A clear explanation of the Similar String Groups problem using graph connectivity and union-find.
Problem Restatement
We are given an array of strings strs.
Every string is an anagram of every other string in the array, and all strings have the same length.
Two strings are similar if either:
- They are already equal.
- We can make them equal by swapping at most two letters in one of the strings.
We need to return the number of similar string groups.
Similarity is transitive for groups. If A is similar to B, and B is similar to C, then A, B, and C belong to the same group, even if A and C are not directly similar.
Input and Output
| Item | Meaning |
|---|---|
| Input | Array strs |
| Output | Number of similar string groups |
| Similar strings | Equal, or can become equal with one swap |
| Group rule | Connected by direct or indirect similarity |
| Constraint | All strings are anagrams of each other |
Function shape:
class Solution:
def numSimilarGroups(self, strs: list[str]) -> int:
...Examples
Example 1:
strs = ["tars", "rats", "arts", "star"]The similar connections are:
"tars" <-> "rats"
"rats" <-> "arts"So these three strings form one group:
{"tars", "rats", "arts"}The string "star" is not similar to any of them.
So it forms its own group:
{"star"}The answer is:
2Example 2:
strs = ["omv", "ovm"]The two strings differ at exactly two positions.
Swapping those two positions in "omv" gives "ovm".
So they are in one group.
The answer is:
1First Thought: Build a Graph
Treat each string as a node.
Draw an edge between two nodes if the two strings are similar.
Then the answer is the number of connected components in this graph.
For example:
["tars", "rats", "arts", "star"]forms:
tars -- rats -- arts
starThere are two connected components, so the answer is 2.
We could explicitly build the graph and run DFS, but union-find is simpler because the problem is only asking for the number of groups.
Key Insight
Because every string is an anagram of every other string, two strings are similar exactly when they differ at either 0 or 2 positions.
Why?
If they differ at 0 positions, they are equal.
If they differ at 2 positions, one swap can fix both mismatched positions.
If they differ at more than 2 positions, one swap cannot make them equal.
So the similarity check can be:
count mismatched positions
return mismatch_count <= 2Since all strings are anagrams, mismatch_count == 1 cannot happen for valid different strings.
Algorithm
Use union-find.
- Start with each string in its own group.
- Compare every pair of strings.
- If two strings are similar, union their groups.

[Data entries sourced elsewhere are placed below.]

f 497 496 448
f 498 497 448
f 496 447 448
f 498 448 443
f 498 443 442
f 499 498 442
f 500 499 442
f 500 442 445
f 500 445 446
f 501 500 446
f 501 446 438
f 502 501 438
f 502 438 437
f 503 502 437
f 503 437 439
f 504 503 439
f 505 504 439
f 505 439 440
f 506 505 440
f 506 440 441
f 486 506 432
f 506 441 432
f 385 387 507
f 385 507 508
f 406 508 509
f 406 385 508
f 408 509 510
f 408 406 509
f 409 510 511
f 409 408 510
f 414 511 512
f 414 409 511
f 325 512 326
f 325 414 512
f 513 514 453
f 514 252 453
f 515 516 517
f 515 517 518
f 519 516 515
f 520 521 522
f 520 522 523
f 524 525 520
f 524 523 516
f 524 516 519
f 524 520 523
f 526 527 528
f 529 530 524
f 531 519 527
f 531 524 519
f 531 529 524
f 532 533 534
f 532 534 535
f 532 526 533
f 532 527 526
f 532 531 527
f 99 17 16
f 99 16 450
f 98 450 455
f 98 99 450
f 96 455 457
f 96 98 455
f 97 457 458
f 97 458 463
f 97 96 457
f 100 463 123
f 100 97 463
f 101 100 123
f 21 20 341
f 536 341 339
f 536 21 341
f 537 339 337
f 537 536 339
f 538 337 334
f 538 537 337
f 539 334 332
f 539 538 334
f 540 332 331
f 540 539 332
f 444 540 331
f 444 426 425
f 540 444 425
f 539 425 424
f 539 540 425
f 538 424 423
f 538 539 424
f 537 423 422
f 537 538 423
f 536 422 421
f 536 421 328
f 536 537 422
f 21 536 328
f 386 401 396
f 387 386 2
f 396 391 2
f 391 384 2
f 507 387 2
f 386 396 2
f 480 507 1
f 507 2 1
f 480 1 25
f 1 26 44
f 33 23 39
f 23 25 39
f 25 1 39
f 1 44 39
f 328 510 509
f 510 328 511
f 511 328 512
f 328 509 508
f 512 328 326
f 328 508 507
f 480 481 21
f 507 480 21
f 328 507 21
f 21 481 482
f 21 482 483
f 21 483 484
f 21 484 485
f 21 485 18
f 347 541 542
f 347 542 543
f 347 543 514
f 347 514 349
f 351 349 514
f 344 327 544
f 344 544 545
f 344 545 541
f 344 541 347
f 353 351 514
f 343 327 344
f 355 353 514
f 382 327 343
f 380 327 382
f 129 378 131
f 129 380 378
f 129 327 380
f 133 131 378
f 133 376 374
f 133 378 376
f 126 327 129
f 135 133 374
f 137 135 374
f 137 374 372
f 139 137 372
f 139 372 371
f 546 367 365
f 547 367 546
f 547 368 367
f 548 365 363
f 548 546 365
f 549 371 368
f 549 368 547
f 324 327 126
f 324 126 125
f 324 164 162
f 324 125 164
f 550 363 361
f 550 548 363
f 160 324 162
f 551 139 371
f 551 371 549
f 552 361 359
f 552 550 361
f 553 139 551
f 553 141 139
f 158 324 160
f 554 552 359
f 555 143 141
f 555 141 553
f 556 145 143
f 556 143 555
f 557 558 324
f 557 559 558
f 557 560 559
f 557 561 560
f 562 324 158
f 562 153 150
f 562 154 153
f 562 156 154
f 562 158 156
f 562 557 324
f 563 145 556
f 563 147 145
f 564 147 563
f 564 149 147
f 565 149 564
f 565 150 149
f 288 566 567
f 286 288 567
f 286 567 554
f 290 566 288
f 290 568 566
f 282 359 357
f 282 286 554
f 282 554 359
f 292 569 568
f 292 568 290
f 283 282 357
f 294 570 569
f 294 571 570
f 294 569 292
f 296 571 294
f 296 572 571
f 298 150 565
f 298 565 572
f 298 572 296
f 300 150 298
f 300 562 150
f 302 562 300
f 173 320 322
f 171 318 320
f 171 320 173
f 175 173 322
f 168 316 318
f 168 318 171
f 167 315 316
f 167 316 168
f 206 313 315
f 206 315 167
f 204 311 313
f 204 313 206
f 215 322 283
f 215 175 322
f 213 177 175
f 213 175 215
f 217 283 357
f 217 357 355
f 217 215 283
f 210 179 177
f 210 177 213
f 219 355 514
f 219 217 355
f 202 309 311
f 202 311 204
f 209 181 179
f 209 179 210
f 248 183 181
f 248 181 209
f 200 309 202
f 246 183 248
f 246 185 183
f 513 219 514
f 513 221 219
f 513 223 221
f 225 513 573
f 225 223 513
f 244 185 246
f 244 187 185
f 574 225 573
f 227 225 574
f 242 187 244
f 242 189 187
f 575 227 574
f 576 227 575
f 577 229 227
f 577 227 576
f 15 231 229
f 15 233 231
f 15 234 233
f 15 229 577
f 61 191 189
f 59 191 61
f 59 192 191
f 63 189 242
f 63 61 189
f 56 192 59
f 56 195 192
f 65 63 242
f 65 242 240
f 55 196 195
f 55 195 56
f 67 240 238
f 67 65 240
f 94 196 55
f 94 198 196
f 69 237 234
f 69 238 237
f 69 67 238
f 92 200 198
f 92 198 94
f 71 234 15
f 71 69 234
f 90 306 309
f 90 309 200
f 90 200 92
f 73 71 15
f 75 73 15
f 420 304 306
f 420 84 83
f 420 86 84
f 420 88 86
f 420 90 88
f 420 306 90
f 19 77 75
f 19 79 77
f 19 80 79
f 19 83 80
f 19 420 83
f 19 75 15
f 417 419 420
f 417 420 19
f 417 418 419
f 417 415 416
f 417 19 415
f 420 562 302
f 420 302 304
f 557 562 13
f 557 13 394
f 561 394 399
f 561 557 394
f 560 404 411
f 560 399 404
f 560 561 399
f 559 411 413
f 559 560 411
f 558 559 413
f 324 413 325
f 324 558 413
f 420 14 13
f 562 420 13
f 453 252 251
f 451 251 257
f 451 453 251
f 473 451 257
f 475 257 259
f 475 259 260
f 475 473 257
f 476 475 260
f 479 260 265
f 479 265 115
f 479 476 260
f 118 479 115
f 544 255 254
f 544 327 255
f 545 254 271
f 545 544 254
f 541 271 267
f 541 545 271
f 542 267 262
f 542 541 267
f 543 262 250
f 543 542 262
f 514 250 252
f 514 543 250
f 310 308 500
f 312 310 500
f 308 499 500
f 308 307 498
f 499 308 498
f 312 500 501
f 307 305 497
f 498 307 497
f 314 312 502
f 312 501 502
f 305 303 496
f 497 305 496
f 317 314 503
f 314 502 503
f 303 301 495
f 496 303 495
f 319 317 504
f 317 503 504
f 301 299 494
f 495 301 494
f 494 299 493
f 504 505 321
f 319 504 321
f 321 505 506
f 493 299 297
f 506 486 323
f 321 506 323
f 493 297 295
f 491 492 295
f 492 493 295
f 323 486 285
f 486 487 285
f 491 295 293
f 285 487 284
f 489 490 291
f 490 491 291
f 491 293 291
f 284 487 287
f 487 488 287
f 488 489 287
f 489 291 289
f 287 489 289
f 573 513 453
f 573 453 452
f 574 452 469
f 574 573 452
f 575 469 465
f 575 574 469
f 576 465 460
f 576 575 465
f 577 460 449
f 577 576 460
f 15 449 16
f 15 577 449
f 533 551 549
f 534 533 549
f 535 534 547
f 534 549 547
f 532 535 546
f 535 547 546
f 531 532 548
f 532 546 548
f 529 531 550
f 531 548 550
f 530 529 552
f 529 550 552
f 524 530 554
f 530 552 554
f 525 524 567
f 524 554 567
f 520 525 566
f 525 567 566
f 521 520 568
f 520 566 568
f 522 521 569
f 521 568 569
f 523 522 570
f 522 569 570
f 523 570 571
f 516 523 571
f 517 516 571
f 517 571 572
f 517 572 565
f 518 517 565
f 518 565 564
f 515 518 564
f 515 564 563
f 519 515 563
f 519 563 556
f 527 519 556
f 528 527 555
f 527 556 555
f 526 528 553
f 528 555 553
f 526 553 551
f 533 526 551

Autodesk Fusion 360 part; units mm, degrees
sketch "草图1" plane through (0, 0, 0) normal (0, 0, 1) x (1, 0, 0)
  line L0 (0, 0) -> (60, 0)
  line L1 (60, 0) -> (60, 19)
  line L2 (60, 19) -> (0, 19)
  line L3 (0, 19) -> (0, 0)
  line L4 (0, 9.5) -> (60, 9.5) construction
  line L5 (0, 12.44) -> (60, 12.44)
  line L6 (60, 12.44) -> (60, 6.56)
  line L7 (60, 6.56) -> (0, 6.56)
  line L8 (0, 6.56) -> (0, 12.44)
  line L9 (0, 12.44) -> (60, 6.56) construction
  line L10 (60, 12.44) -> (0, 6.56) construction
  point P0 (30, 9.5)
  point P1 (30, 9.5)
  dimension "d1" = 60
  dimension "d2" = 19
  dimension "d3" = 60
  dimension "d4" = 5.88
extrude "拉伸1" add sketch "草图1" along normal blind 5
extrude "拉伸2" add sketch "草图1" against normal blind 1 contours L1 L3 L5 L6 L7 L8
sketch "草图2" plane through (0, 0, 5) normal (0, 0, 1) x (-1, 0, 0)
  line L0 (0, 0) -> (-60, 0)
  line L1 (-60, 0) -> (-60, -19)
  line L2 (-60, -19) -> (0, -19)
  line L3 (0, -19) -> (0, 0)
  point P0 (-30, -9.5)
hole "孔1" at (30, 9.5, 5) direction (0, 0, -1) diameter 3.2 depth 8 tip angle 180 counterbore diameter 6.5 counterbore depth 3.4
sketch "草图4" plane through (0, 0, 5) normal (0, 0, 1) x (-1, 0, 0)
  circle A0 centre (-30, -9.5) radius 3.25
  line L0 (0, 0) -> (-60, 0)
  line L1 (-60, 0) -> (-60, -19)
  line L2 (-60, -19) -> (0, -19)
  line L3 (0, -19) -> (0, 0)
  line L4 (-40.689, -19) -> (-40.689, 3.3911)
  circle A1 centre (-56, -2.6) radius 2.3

- Return the remaining number of groups.
Union-find maintains connected components efficiently.
Walkthrough
Use:
strs = ["tars", "rats", "arts", "star"]Start with four groups:
{0}, {1}, {2}, {3}Compare "tars" and "rats".
They differ at positions:
0 and 2They are similar, so union them:
{0, 1}, {2}, {3}Compare "tars" and "arts".
They differ at more than two positions, so do nothing.
Compare "tars" and "star".
They differ at more than two positions, so do nothing.
Compare "rats" and "arts".
They differ at two positions, so union them:
{0, 1, 2}, {3}The final number of groups is:
2Correctness
The algorithm connects two strings exactly when they are similar.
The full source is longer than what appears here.